Surawich’s AI-based analysis post was published on 1 December 2025, with additional comparison images added on 2 December.
Limitations of AI in Image Fact-Checking
Although AI capabilities have advanced rapidly over the past few years, significant limitations remain. Using AI for fact-checking, therefore, requires careful consideration. Applying AI to determine floodwater depth from images of MP Lisa involves the following key limitations:
1. AI has limited knowledge and relies solely on the information provided by users
If an AI system is given only one or two images to analyze, it has extremely limited information from which to assess the real situation. AI cannot independently search for geographic coordinates or gather all relevant video clips from websites and social media to support its analysis.
In this case, ChatGPT had no information that the area shown in the clip was a basin-like low point—the lowest section between two sloping roads. It also lacked contextual information about the corner house visible in the clip, which had been elevated at least one meter above road level, as confirmed by video footage and descriptions from nearby residents.

Without this critical context, AI may rely solely on comparing SUV height and average female body proportions, as cited in the post, leading to conclusions that do not reflect reality.
2. AI primarily follows prompts
Surawich did not disclose the exact prompts he used with ChatGPT. However, his Facebook post suggests that he asked the AI to determine whether the water level where MP Lisa was assisting flood victims truly reached neck level, and to analyze whether the depth was as great as it appeared.
Cofact tested ChatGPT using similar prompts along with two still images from Surawich’s post as baseline data.
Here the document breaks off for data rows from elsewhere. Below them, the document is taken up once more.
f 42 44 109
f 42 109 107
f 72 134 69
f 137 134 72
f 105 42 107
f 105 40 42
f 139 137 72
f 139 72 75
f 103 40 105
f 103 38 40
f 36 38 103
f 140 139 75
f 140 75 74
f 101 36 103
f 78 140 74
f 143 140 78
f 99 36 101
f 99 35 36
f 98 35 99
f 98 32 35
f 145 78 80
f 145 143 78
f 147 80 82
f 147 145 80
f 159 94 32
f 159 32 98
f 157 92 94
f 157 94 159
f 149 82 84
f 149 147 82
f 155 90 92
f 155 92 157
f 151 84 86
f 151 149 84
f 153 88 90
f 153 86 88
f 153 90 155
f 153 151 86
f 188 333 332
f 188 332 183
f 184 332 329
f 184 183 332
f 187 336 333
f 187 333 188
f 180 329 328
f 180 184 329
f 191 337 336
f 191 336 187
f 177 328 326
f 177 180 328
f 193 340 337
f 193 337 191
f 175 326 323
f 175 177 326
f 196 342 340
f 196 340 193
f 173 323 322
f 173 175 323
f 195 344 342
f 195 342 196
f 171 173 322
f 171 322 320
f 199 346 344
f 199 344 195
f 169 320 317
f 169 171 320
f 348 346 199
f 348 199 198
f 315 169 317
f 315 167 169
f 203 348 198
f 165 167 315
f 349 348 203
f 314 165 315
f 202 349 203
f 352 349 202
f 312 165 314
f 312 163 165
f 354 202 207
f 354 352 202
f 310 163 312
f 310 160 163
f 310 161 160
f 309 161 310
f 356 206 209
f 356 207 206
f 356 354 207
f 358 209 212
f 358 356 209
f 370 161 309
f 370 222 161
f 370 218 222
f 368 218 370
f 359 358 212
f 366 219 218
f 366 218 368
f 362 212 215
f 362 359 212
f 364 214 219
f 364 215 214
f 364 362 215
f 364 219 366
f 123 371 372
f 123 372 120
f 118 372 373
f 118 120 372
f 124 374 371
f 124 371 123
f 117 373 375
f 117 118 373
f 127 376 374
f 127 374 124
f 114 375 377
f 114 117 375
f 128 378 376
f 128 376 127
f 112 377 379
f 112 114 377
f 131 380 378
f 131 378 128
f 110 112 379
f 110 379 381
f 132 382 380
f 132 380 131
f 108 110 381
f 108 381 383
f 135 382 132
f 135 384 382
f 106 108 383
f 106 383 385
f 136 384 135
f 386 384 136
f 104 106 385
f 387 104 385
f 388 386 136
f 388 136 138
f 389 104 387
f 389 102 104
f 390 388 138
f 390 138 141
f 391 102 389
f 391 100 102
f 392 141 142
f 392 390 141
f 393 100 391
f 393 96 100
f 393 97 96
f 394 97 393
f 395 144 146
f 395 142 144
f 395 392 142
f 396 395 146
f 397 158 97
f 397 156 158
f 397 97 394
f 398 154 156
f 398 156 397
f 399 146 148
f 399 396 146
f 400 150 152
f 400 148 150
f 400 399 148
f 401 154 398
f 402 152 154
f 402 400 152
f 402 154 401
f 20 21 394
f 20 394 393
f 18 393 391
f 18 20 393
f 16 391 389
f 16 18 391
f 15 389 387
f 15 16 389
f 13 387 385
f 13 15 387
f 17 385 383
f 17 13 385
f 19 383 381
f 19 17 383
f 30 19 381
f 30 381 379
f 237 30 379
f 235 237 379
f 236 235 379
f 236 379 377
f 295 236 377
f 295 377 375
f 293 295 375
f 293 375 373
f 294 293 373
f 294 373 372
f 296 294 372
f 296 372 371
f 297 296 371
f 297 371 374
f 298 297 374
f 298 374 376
The result was that ChatGPT concluded the water levels “were not the same,” and that the first image “appears to be framed or angled to make the water seem deeper than it actually is.”
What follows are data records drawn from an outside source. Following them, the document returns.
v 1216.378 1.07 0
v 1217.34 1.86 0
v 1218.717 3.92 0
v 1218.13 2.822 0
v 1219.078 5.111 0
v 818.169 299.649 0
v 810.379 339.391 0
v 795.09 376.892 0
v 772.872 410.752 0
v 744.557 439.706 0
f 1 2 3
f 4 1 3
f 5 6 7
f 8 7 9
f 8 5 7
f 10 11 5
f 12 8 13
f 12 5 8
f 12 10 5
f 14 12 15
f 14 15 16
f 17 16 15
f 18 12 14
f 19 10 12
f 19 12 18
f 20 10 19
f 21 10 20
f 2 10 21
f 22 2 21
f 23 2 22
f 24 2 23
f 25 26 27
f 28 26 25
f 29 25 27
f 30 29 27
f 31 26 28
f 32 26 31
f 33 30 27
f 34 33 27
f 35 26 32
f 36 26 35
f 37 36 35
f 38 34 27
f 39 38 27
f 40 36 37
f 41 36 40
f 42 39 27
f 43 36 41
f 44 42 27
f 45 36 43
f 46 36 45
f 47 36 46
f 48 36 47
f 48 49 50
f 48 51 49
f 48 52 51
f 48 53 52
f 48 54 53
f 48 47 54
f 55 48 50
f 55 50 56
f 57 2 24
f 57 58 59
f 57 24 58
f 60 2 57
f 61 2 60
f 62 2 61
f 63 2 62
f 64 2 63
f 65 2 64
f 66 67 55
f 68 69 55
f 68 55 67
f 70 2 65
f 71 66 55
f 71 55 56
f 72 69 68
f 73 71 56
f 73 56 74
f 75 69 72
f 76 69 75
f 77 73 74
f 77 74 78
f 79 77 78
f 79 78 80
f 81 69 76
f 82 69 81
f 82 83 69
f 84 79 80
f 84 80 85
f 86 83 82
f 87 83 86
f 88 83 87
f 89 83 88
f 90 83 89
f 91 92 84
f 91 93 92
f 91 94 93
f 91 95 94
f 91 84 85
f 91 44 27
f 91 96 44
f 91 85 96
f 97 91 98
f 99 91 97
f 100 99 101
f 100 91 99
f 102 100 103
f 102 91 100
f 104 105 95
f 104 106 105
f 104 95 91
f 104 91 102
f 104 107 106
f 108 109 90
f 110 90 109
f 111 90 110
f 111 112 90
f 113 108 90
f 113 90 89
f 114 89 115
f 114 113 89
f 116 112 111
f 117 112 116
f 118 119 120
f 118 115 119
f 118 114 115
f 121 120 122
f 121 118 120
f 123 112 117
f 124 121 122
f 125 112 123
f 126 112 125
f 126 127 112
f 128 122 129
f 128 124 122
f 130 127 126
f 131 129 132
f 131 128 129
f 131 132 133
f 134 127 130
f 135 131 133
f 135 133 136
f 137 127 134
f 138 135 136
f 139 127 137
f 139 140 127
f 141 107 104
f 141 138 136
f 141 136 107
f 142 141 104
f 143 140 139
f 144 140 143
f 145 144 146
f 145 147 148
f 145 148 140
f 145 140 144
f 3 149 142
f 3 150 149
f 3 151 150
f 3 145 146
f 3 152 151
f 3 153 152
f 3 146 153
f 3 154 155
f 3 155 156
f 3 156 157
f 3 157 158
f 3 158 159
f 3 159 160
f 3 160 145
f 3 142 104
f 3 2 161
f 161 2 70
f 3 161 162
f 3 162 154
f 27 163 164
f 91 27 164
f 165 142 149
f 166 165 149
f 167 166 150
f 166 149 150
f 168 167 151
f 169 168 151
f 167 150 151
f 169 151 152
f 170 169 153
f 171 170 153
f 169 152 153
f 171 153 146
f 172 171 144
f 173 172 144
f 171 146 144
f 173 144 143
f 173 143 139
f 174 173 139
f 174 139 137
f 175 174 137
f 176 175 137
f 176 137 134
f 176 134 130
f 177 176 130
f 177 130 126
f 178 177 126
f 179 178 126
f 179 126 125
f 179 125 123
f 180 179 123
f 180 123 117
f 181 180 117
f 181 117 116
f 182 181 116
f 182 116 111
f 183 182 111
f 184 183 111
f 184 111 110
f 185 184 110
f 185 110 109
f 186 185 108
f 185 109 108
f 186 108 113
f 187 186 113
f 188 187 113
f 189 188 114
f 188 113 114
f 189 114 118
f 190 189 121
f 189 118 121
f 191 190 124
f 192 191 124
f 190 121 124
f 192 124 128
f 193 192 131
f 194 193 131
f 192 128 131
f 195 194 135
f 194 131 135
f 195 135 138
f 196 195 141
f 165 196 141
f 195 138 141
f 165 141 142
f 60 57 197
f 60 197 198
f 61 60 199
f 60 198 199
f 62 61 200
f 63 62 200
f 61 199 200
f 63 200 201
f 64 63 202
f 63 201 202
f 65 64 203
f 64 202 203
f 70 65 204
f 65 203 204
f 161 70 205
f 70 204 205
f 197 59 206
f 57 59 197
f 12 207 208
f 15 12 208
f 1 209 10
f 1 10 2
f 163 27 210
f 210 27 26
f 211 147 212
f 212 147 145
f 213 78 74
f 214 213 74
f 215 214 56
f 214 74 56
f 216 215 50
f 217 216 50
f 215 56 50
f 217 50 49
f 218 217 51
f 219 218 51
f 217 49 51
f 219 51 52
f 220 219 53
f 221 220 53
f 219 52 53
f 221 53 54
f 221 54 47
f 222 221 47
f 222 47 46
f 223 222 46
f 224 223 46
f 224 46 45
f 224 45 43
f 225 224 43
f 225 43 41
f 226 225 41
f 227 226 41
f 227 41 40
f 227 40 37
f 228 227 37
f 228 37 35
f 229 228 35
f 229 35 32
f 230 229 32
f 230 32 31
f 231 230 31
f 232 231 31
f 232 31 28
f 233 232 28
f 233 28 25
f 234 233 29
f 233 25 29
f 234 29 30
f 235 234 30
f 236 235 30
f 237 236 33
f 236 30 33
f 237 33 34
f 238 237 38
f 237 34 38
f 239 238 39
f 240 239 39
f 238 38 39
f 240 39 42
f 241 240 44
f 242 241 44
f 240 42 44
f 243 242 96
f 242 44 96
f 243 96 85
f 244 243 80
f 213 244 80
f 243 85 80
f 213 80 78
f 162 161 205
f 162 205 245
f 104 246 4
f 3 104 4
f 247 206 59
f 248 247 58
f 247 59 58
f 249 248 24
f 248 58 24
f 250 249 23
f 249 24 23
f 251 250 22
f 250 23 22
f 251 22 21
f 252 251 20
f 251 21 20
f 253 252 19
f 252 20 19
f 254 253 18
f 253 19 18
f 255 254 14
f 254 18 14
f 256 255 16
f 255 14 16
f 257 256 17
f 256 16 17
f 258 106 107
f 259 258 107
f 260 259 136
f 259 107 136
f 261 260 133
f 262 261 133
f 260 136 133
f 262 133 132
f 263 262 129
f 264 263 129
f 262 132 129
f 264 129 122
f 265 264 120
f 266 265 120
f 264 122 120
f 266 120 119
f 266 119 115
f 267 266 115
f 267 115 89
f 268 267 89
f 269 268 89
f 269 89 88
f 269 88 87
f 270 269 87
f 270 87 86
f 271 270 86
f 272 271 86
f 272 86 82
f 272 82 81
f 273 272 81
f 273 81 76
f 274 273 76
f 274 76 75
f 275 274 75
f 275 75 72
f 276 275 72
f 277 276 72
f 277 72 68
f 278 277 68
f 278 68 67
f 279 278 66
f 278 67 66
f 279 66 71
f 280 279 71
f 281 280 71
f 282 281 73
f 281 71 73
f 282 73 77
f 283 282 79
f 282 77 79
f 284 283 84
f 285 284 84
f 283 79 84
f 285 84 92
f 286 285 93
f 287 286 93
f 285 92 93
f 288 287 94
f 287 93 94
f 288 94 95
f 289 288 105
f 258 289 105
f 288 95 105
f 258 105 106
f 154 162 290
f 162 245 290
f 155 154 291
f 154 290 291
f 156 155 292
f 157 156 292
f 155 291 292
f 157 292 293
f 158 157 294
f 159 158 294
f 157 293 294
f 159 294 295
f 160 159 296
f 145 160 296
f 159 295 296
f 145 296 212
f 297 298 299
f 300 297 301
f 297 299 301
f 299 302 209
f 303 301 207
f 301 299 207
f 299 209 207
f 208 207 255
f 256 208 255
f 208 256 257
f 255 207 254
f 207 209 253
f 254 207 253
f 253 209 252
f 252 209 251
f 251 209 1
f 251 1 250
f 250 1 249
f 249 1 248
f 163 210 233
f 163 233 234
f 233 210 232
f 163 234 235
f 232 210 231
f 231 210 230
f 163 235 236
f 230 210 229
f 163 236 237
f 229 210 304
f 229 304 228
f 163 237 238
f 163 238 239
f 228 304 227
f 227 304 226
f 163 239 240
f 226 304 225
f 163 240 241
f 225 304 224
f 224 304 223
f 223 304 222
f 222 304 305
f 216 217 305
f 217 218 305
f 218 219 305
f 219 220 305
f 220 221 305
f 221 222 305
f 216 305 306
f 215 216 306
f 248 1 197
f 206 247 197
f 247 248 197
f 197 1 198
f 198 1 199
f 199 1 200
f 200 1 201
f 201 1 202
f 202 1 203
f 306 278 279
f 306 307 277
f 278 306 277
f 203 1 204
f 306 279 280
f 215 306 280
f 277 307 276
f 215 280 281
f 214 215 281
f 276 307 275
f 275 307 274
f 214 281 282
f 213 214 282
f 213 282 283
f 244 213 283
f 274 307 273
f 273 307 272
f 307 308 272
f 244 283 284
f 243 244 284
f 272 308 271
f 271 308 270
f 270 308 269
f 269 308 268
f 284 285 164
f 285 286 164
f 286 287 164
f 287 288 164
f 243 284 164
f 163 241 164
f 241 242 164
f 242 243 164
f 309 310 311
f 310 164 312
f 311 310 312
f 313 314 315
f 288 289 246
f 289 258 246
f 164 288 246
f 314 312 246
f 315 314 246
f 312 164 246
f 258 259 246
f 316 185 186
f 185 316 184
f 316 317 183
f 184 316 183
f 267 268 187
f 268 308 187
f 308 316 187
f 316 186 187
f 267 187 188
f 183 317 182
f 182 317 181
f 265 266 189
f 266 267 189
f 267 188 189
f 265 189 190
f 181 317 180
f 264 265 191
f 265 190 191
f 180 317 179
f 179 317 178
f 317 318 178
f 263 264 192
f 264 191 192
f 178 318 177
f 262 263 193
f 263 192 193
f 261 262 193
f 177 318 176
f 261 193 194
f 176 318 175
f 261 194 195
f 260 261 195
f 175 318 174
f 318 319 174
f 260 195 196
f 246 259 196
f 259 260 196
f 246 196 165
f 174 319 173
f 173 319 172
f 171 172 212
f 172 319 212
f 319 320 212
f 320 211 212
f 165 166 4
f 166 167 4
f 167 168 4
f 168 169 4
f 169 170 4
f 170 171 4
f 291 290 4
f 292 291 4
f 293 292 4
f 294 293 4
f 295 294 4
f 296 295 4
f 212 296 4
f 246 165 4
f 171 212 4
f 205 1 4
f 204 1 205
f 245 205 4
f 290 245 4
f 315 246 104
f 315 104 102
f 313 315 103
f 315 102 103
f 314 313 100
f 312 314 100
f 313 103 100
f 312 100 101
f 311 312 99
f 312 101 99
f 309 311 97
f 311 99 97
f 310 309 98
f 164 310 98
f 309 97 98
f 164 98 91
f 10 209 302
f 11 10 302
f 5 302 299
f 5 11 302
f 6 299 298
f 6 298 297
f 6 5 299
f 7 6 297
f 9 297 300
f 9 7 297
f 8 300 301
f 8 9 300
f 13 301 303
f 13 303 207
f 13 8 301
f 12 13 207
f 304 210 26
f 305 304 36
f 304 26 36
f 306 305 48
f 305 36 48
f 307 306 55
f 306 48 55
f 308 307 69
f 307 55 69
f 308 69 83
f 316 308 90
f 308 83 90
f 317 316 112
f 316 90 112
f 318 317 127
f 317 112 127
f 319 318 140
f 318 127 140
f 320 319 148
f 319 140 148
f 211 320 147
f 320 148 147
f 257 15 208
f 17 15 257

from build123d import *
However, when additional information was provided—stating that the water level in the image did in fact reach the woman’s neck—ChatGPT then explained that “the previous answer was not wrong, but rather a limitation of assessment based on two still images from different angles.”
Examples showing how AI responses change depending on user prompts and opinions.
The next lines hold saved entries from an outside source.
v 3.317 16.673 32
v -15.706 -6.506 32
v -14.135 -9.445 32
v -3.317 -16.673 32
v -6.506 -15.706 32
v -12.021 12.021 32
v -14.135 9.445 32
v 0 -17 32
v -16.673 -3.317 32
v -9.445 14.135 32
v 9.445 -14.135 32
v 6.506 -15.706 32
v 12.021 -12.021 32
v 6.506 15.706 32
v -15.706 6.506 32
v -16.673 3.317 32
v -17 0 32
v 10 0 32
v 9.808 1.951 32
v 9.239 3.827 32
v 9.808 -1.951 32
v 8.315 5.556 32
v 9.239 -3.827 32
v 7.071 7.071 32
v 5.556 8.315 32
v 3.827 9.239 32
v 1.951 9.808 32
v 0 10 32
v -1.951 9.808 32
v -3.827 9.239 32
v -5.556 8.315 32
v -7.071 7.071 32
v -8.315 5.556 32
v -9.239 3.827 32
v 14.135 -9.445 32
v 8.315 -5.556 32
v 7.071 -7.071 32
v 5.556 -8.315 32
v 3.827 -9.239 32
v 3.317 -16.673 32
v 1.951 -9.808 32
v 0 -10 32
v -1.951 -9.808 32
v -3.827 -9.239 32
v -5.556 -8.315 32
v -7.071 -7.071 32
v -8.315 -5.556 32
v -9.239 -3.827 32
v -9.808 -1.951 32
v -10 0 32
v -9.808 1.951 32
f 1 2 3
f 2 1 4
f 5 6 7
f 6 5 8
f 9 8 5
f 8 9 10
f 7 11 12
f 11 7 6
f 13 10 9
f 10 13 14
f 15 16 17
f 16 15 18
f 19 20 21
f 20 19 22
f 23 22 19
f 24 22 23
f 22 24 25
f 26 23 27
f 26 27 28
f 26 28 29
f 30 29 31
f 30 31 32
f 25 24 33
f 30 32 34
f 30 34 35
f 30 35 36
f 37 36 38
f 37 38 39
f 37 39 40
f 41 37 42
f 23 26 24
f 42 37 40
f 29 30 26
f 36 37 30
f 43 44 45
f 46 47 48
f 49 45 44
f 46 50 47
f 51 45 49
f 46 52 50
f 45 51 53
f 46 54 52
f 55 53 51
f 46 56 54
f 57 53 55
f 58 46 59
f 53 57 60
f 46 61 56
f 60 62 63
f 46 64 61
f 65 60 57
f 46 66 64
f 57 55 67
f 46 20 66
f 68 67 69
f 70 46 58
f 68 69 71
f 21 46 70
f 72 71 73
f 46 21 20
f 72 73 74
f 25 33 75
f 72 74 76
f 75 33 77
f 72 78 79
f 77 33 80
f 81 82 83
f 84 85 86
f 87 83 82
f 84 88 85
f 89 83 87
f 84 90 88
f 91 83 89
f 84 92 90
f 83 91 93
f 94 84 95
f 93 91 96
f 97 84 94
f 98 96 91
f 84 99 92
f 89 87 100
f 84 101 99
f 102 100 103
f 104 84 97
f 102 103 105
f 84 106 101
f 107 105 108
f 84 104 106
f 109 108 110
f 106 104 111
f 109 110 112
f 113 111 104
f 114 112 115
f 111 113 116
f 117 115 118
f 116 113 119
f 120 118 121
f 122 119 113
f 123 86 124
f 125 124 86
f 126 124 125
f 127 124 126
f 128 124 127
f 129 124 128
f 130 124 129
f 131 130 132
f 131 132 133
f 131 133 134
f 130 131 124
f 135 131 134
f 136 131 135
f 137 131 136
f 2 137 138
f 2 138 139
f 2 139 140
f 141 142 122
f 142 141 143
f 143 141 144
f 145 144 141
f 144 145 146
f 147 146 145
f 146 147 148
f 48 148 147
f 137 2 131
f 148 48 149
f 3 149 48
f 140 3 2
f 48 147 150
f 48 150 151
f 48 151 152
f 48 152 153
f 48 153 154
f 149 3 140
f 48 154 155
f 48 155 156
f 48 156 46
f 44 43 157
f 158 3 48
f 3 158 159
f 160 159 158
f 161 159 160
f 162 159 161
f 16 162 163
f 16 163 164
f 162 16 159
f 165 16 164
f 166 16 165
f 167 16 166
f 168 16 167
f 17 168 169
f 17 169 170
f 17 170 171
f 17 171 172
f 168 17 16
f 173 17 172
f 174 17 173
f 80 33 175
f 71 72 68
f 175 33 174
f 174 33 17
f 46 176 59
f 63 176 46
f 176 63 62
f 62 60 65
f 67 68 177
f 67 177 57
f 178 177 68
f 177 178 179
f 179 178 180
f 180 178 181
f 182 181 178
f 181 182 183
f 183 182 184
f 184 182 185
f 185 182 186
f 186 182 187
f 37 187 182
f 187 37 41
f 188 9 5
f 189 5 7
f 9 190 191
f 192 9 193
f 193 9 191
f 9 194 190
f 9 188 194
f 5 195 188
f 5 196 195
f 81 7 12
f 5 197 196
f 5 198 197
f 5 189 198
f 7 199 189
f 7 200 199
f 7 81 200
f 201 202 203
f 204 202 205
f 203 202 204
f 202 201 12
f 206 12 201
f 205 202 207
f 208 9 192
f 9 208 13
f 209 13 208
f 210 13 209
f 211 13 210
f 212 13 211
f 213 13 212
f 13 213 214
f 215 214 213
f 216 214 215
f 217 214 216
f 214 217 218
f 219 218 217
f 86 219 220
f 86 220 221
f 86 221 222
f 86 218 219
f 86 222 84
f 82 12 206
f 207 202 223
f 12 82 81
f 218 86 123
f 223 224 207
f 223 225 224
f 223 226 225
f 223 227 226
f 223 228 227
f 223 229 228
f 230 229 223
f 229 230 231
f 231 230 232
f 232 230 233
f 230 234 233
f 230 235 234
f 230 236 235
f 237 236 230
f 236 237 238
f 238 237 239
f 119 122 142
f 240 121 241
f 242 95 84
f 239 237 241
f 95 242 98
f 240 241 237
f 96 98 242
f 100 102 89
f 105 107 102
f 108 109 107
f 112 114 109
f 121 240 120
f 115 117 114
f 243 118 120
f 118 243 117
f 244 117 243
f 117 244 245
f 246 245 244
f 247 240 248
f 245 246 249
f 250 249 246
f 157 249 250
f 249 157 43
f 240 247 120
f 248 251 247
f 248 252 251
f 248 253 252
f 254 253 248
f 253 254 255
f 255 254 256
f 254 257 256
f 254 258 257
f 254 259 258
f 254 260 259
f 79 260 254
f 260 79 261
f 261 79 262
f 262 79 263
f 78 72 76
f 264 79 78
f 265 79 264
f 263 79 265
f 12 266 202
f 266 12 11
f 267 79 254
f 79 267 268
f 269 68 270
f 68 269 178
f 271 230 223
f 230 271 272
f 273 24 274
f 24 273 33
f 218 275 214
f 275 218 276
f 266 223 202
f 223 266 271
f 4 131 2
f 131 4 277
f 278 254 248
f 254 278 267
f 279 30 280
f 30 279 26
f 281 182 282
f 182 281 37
This illustrates that AI operates according to the user’s current prompt, as well as references from prior prompts or conversation history. Moreover, AI often avoids admitting “I don’t know” and instead generates potentially incorrect answers to satisfy users. This limitation may stem from how AI models are trained.
Even if AI initially provides a correct response, repeated questioning—such as asking whether the answer is truly correct—may cause the AI to change its answer back and forth depending on how the question is framed. This demonstrates that AI does not always provide factual truth, but may instead produce misleading information that reinforces user bias, especially when prompts contain clear assumptions or preconceived beliefs.

3. Difficulty in verifying the accuracy of AI-generated information
AI can assist in searching, summarizing information, or performing tasks quickly. However, it currently has too many limitations to be relied upon as a primary source or a single definitive conclusion—particularly for fact-checking, where errors remain common.
It is therefore essential that users possess sufficient knowledge and critical thinking skills to verify whether AI-generated information or conclusions are truly accurate before using or sharing them. Otherwise, misinformation or misunderstandings may be spread widely, whether intentionally or unintentionally.